Response: Thank you for your question. It is a good suggestion to investigate the gut microbe-dependent manner of black tea on obesity by comparing fecal microbiota transplantation with gut bacteria removed feces. We noted that although some literatures treated mice with intestinal contents after removal of gut microbiota as the control group to exclude the effects of intestinal contents, most literatures did not consider the effects of intestinal contents in the experiments of fecal microbiota transplantation (Chang et al. Nat Commun. 2015, 6:7489 and Huang et al. Nat Commun. 2019, 10:4971). To this end, we attempted to analyze the reason. As ConvR HFD-LS mice were used to be the donor, the intestinal contents mice were mainly composed of food and related products, own metabolites of mice, gut microbiota metabolites, black tea and related products. As for the components related to black tea, we believed that after the metabolism and absorption of donor mice, the content of these components in the intestinal contents of donor mice was very low, and only 100mg stool was collected and dissolved in 1ml sterile saline, and finally 0.1ml/ mouse/day is given to recipient mice. It was clear that the amount of these components ended up in the recipient mice was very small (compared to the ConvR HFD-LS mice) and its effect on the results was very limited. Therefore, we think our method is acceptable.
(3) To identify the active constituents of LS involved in the anti-obesity effect, the authors fractionated LS extracts into three fractions and examined their contribution to the anti-obesity effect. I think this experiment is excellent, but the authors should show the effect of the three fractions administration on gut bacteria.
Response: This is a good suggestion, and we have listed this experiment as the main content of our follow-up research. We are also eager to know which fraction or which kind of compounds is mainly responsible for the observed effects of LS extract on gut microbes in HFD mice. This will be discussed in detail in our future studies.
Reviewer 2 Report
Dear Authors,
Regarding the article entitled "Black tea reduces diet induced obesity in mice via modulation of gut microbiota and gene expression in host tissues", I consider that it is correctly addressed, and the experiments are appropriate. However, I have a few comments:
- Why were male mice used? And female?
- In statistical analysis, it should include how the data are given (e.g., mean±SEM or mean±SD)
- In line 309, error bars represent SD or SEM?

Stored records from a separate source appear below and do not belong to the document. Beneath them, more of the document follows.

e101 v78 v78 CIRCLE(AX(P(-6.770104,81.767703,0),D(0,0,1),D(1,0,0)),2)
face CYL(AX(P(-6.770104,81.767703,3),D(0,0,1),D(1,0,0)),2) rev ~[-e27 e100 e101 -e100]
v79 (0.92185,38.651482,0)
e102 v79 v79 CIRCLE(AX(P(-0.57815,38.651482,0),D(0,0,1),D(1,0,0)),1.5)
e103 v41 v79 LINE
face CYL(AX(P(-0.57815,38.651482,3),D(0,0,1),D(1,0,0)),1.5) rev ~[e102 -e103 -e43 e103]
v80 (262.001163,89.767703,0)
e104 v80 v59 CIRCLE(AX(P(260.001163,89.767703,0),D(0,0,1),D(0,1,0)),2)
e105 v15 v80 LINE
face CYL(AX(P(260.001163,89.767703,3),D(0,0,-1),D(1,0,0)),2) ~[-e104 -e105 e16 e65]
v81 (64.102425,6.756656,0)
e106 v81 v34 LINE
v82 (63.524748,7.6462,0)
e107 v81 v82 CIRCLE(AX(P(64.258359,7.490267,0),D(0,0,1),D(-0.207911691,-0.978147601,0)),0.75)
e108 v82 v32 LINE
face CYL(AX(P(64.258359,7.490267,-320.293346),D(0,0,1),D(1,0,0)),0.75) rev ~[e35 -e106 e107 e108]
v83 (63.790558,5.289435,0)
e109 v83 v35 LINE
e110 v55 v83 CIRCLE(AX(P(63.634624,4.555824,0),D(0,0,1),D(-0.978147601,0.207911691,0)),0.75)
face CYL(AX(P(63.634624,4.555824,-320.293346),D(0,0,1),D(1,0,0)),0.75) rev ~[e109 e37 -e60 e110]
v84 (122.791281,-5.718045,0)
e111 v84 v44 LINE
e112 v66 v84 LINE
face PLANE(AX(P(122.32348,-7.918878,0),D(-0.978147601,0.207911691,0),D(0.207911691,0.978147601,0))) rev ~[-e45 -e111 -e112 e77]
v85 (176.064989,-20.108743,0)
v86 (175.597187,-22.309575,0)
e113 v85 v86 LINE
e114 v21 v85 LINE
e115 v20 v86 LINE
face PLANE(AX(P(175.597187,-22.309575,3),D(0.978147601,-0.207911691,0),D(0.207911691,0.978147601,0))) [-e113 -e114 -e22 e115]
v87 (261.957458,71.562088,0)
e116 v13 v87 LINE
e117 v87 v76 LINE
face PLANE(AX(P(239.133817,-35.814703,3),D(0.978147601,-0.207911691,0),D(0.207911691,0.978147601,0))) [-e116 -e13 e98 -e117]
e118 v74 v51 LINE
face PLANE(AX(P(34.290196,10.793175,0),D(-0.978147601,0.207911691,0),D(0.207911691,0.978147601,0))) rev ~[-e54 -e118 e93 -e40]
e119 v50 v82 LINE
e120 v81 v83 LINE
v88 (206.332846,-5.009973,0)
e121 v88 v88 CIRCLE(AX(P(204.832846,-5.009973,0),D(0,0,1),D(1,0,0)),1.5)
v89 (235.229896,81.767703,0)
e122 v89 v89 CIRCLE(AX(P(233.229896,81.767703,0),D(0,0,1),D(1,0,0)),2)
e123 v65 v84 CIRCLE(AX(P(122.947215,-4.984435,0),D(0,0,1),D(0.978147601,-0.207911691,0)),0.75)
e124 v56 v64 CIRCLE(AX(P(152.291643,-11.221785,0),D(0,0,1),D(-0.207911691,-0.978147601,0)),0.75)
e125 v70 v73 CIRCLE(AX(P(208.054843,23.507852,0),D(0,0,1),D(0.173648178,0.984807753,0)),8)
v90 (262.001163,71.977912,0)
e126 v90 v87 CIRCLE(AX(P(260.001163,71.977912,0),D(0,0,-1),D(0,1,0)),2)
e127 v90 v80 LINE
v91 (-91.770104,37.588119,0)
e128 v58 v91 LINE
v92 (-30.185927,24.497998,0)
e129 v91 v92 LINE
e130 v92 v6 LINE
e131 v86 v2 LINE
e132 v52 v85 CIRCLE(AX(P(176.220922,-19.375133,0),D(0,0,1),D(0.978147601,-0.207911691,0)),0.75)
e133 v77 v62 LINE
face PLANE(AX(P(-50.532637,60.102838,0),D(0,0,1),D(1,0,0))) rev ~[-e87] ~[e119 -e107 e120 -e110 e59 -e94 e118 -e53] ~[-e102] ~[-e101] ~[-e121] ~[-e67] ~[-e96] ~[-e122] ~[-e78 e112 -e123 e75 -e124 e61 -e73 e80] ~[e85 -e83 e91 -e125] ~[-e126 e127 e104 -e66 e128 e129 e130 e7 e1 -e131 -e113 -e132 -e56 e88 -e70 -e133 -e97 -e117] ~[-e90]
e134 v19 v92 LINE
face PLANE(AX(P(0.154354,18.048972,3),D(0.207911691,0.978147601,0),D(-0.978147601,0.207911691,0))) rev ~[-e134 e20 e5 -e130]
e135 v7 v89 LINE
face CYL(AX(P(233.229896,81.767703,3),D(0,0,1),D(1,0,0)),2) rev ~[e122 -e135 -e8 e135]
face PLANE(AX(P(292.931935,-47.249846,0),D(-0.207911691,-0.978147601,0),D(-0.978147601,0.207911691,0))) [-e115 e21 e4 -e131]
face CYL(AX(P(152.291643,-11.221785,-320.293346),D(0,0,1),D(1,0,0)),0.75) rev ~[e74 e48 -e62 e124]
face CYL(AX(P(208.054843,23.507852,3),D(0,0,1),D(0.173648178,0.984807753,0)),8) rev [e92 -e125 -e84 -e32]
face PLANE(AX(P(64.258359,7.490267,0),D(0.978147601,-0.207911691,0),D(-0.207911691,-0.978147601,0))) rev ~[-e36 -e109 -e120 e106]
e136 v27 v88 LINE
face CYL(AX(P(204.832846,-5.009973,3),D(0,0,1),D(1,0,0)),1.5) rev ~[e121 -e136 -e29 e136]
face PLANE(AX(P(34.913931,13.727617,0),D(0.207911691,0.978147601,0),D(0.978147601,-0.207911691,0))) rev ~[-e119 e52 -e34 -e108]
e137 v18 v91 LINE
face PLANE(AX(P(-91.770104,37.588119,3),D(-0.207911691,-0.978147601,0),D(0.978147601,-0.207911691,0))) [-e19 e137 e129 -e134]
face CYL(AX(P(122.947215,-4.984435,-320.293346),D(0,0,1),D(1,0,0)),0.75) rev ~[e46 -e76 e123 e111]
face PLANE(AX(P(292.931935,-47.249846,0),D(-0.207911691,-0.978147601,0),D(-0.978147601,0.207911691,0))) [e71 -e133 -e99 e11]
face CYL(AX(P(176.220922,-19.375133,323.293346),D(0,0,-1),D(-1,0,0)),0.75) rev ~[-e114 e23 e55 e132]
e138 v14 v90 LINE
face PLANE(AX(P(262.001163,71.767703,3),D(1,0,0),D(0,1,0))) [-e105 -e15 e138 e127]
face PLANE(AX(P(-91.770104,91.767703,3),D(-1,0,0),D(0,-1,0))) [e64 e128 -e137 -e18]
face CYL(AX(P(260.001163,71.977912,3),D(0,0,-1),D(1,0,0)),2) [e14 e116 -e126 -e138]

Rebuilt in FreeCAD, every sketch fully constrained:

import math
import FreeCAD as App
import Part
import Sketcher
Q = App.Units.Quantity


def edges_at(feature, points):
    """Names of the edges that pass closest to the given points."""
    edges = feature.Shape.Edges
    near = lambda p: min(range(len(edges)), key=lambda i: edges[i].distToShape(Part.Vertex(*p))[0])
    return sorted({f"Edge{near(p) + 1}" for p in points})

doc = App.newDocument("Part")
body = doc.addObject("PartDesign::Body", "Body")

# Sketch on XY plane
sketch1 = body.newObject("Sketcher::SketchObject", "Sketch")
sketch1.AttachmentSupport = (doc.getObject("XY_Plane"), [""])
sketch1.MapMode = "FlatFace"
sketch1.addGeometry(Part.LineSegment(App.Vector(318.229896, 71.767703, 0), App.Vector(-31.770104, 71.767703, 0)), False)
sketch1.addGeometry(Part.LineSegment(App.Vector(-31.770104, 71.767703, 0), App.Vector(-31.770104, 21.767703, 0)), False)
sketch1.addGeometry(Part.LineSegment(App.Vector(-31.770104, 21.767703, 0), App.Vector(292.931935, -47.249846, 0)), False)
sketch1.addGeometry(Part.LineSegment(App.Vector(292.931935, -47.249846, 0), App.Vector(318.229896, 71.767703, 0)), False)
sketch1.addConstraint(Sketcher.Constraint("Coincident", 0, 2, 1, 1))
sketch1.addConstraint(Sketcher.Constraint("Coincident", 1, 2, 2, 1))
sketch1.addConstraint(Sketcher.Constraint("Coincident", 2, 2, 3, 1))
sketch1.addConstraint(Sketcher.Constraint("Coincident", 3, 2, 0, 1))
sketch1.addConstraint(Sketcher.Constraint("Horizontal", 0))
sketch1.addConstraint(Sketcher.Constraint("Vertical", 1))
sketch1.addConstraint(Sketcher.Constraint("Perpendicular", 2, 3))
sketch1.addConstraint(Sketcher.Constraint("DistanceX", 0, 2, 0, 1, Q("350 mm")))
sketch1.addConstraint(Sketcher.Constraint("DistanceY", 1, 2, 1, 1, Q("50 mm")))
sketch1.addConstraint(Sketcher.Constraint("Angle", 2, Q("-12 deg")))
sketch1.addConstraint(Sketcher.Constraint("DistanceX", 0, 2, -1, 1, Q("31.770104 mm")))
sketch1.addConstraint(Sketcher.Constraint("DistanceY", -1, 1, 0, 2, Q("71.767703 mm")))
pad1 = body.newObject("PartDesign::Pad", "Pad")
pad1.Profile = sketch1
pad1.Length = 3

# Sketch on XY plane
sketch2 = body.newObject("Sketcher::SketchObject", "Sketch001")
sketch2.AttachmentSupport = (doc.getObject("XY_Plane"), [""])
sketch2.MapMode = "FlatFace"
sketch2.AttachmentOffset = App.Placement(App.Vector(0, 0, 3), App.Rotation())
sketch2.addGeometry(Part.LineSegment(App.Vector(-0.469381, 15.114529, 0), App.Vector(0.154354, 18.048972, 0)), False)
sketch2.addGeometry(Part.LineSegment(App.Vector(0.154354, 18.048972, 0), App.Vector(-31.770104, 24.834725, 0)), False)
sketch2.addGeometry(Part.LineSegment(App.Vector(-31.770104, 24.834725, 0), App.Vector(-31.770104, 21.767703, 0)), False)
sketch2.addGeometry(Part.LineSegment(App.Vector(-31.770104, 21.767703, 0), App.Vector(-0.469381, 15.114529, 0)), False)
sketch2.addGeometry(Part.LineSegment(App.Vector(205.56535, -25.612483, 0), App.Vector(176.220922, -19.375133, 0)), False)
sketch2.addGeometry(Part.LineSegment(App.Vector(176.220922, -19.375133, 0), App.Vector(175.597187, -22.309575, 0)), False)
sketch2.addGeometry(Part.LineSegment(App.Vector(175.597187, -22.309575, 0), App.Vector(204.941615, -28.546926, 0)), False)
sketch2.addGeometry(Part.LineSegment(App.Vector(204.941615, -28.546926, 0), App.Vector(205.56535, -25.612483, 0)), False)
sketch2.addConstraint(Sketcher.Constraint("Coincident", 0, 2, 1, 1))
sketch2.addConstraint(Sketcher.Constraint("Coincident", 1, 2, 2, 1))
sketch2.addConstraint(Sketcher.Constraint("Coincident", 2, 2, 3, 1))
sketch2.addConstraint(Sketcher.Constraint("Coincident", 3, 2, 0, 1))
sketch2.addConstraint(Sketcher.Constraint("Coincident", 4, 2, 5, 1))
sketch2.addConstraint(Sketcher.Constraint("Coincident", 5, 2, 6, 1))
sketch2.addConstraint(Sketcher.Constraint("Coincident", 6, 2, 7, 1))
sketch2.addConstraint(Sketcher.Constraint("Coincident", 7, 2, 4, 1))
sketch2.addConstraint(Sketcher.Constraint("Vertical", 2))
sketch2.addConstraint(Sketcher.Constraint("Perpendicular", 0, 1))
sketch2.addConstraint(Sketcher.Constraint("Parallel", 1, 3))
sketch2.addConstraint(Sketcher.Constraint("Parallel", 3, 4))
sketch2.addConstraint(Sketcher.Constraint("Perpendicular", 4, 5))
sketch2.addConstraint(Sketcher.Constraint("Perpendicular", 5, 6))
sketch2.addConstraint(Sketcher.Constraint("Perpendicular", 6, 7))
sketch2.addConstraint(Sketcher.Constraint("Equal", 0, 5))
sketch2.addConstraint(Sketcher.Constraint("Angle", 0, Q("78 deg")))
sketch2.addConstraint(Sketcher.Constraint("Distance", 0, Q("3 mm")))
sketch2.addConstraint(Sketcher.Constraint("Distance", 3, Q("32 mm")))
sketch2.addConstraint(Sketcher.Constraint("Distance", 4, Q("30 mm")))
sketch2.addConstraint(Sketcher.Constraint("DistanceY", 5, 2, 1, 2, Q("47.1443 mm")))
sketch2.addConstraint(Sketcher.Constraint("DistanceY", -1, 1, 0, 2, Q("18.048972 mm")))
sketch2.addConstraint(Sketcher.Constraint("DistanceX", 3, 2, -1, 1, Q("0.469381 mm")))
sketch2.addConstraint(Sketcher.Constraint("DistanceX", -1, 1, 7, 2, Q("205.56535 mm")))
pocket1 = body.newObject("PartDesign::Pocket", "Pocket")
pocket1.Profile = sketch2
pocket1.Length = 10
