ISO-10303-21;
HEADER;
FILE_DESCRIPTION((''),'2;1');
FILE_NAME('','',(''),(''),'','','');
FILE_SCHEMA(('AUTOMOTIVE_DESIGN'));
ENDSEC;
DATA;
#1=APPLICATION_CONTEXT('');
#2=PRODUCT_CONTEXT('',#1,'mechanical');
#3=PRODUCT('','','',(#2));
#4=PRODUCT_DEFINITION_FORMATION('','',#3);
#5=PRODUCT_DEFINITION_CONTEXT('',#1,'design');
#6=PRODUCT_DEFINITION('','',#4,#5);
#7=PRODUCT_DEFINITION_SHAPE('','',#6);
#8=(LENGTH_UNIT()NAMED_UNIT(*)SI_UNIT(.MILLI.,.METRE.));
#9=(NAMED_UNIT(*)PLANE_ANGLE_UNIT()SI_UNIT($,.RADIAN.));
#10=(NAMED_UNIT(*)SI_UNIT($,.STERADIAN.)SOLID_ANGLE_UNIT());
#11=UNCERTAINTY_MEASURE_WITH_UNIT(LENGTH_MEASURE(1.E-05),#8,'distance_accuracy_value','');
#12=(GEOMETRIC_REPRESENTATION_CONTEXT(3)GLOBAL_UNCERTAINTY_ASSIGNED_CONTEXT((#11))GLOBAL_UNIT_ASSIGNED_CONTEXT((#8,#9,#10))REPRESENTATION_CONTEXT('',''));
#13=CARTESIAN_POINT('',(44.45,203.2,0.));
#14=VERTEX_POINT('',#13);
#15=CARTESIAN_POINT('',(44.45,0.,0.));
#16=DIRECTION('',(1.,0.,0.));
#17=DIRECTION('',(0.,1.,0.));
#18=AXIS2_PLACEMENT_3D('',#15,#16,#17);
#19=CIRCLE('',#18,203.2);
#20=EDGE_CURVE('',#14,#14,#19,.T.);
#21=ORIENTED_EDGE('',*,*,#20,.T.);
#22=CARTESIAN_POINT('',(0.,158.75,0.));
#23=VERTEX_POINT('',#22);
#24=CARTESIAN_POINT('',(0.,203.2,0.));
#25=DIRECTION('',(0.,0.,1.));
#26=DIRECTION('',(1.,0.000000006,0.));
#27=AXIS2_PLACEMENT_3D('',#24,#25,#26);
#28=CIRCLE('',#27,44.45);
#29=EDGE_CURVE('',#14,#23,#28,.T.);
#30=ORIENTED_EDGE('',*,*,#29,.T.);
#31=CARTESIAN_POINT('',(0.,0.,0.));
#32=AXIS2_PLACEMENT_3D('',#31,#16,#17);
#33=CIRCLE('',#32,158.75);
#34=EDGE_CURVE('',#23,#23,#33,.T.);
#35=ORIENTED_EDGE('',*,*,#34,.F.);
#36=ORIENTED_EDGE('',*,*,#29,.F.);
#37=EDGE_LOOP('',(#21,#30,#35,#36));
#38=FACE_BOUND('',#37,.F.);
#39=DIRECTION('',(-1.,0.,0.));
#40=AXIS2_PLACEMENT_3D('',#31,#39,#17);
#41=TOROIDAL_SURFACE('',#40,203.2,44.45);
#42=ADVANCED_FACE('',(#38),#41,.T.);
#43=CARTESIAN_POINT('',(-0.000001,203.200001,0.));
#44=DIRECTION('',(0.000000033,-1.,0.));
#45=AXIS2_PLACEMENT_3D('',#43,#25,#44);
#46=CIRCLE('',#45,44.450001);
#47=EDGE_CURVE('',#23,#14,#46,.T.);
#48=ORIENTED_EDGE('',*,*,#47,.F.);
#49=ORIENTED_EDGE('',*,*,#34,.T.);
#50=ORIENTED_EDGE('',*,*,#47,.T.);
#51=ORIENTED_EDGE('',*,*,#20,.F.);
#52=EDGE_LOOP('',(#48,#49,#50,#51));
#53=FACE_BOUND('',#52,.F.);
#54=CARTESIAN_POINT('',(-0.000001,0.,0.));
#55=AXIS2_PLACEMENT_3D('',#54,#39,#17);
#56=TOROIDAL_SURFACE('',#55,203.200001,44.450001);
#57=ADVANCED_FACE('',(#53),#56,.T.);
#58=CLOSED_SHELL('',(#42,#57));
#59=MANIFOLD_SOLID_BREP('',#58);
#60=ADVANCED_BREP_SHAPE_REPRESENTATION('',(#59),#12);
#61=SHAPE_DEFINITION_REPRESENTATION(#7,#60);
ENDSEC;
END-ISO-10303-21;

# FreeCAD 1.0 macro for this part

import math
import FreeCAD as App
import Part
import Sketcher

V = App.Vector
Q = App.Units.Quantity

doc = App.newDocument("Part")
body = doc.addObject("PartDesign::Body", "Body")

sketch1 = body.newObject("Sketcher::SketchObject", "Sketch")
sketch1.AttachmentSupport = (doc.getObject("XY_Plane"), [""])
sketch1.MapMode = "FlatFace"
sketch1.addGeometry(Part.ArcOfCircle(Part.Circle(V(-0.000001, 203.200001, 0), V(0, 0, 1), 44.450001), math.radians(-89.999998), math.radians(-0.000002)), False)
sketch1.addGeometry(Part.ArcOfCircle(Part.Circle(V(0, 203.2, 0), V(0, 0, 1), 44.45), math.radians(0), math.radians(270)), False)
sketch1.addConstraint(Sketcher.Constraint("Tangent", 0, 1, 1, 2))
sketch1.addConstraint(Sketcher.Constraint("Coincident", 1, 1, 0, 2))
sketch1.addConstraint(Sketcher.Constraint("PointOnObject", 0, 3, -2))
sketch1.addConstraint(Sketcher.Constraint("PointOnObject", 0, 1, -2))
sketch1.addConstraint(Sketcher.Constraint("Horizontal", 0, 3, 1, 1))
sketch1.addConstraint(Sketcher.Constraint("Radius", 0, Q("1.7500001 in")))
sketch1.addConstraint(Sketcher.Constraint("DistanceY", -1, 1, 0, 3, Q("8.0000001 in")))
revolution = body.newObject("PartDesign::Revolution", "Revolution")
revolution.Profile = sketch1
revolution.ReferenceAxis = (sketch1, ["H_Axis"])
revolution.Angle = 360

doc.recompute()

- Add deoxyribonucleic acid before DNA the first time it appears in the text.
Author Response
(1) Why were male mice used? And female?
Response: Thank you for your comments. In our study, we investigated the therapeutic effects of black tea on diet-induced obesity and its epigenetic effects. Due to the experimental period, the hormone changes caused by aging in female mice will have an impact on fat metabolism, which is one of the reasons we chose male mice. In addition, in the genomic imprinting study, the sperm cells of mice showed genome-wide high levels of methylation, while the levels of methylation in egg cells were lower, which is another reason we selected male mice for the study.
(2) In statistical analysis, it should include how the data are given (e.g., mean±SEM or mean±SD)
Response: Thank you for your reminding. We have added it in statistical analysis.
(3) In line 309, error bars represent SD or SEM?
Response: We have corrected that mistake. Thank you very much.
(4) Add deoxyribonucleic acid before DNA the first time it appears in the text.
Response: We have revised that question. Thank you for your suggestion.